_PROVIDED RECORDS:_
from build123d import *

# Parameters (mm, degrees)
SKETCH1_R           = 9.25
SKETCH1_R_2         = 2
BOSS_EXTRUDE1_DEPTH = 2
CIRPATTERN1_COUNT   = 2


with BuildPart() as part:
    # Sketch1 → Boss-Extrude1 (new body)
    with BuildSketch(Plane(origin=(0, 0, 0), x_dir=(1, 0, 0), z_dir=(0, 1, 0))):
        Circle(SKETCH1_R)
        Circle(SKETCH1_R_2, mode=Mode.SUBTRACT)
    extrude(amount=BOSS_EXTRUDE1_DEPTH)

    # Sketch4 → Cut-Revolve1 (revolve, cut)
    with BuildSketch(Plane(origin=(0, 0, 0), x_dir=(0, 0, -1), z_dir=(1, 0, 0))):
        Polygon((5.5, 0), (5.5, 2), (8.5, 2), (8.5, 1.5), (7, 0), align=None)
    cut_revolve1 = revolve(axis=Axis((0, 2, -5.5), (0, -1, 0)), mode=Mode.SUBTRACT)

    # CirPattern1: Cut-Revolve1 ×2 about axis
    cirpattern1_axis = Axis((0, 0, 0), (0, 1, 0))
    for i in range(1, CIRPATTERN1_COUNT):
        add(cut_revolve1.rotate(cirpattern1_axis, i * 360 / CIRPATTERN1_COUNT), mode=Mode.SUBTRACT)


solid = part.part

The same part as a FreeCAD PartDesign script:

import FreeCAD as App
import Part
import Sketcher

V = App.Vector
Q = App.Units.Quantity


def add_polygon(sketch, points):
    """Adds a closed chain of lines whose ends are joined by coincident constraints."""
    first, n = sketch.GeometryCount, len(points)
    for a, b in zip(points, points[1:] + points[:1]):
        sketch.addGeometry(Part.LineSegment(App.Vector(*a, 0), App.Vector(*b, 0)), False)
    for i in range(n):
        sketch.addConstraint(Sketcher.Constraint("Coincident", first + i, 2, first + (i + 1) % n, 1))

doc = App.newDocument("Part")
body = doc.addObject("PartDesign::Body", "Body")

# Sketch on XZ plane
sketch1 = body.newObject("Sketcher::SketchObject", "Sketch")
sketch1.AttachmentSupport = (doc.getObject("XZ_Plane"), [""])
sketch1.MapMode = "FlatFace"
sketch1.addGeometry([
    Part.Circle(V(0, 0, 0), V(0, 0, 1), 9.2),
    Part.Circle(V(0, 0, 0), V(0, 0, 1), 2),
], False)
sketch1.addConstraint([
    Sketcher.Constraint("Coincident", 0, 3, -1, 1),
    Sketcher.Constraint("Coincident", 1, 3, -1, 1),
    Sketcher.Constraint("Diameter", 1, 4.0),
    Sketcher.Constraint("Diameter", 0, 18.5),
])
pad1 = body.newObject("PartDesign::Pad", "Pad")
pad1.Profile = sketch1
pad1.Length = 2
pad1.Reversed = True

# Sketch on YZ plane
sketch2 = body.newObject("Sketcher::SketchObject", "Sketch001")
sketch2.AttachmentSupport = (doc.getObject("YZ_Plane"), [""])
sketch2.MapMode = "FlatFace"
add_polygon(sketch2, [(2, -5.5), (0, -5.5), (0, -7), (1.5, -8.5), (2, -8.5)])  # lines 0-4
sketch2.addGeometry(Part.LineSegment(V(2, -5.5, 0), V(0, -5.5, 0)), True)  # axis
sketch2.addConstraint([
    Sketcher.Constraint("Horizontal", 0),
    Sketcher.Constraint("Vertical", 1),
    Sketcher.Constraint("Horizontal", 3),
    Sketcher.Constraint("Vertical", 4),
    Sketcher.Constraint("Horizontal", 5),
    Sketcher.Constraint("Coincident", 5, 1, 4, 2),
    Sketcher.Constraint("PointOnObject", 0, 2, -2),
    Sketcher.Constraint("PointOnObject", 5, 2, -2),
    Sketcher.Constraint("DistanceX", 0, 2, 0, 1, 2.0),
    Sketcher.Constraint("DistanceY", 4, 1, 4, 2, 3.0),
    Sketcher.Constraint("Angle", 2, Q("-45 deg")),
    Sketcher.Constraint("DistanceX", 3, 1, 3, 2, 0.5),
    Sketcher.Constraint("DistanceY", 1, 2, -1, 1, 7.0),
])
groove = body.newObject("PartDesign::Groove", "Groove")
groove.Profile = sketch2
groove.ReferenceAxis = (sketch2, ["Axis0"])
groove.Angle = 360
doc.recompute()

polarpattern = body.newObject("PartDesign::PolarPattern", "PolarPattern")
polarpattern.Originals = [groove]
polarpattern.Axis = (doc.getObject("Y_Axis"), [""])
polarpattern.Angle = 360
polarpattern.Occurrences = 2
body.Tip = polarpattern

doc.recompute()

_ASSIGNED TASK:_ In the listing above, find the line containing "Circle(SKETCH1_R)" and the line containing "The same part". Output them and every line between, exactly, and nothing else.

_REPLY:_
        Circle(SKETCH1_R)
        Circle(SKETCH1_R_2, mode=Mode.SUBTRACT)
    extrude(amount=BOSS_EXTRUDE1_DEPTH)

    # Sketch4 → Cut-Revolve1 (revolve, cut)
    with BuildSketch(Plane(origin=(0, 0, 0), x_dir=(0, 0, -1), z_dir=(1, 0, 0))):
        Polygon((5.5, 0), (5.5, 2), (8.5, 2), (8.5, 1.5), (7, 0), align=None)
    cut_revolve1 = revolve(axis=Axis((0, 2, -5.5), (0, -1, 0)), mode=Mode.SUBTRACT)

    # CirPattern1: Cut-Revolve1 ×2 about axis
    cirpattern1_axis = Axis((0, 0, 0), (0, 1, 0))
    for i in range(1, CIRPATTERN1_COUNT):
        add(cut_revolve1.rotate(cirpattern1_axis, i * 360 / CIRPATTERN1_COUNT), mode=Mode.SUBTRACT)


solid = part.part

The same part as a FreeCAD PartDesign script:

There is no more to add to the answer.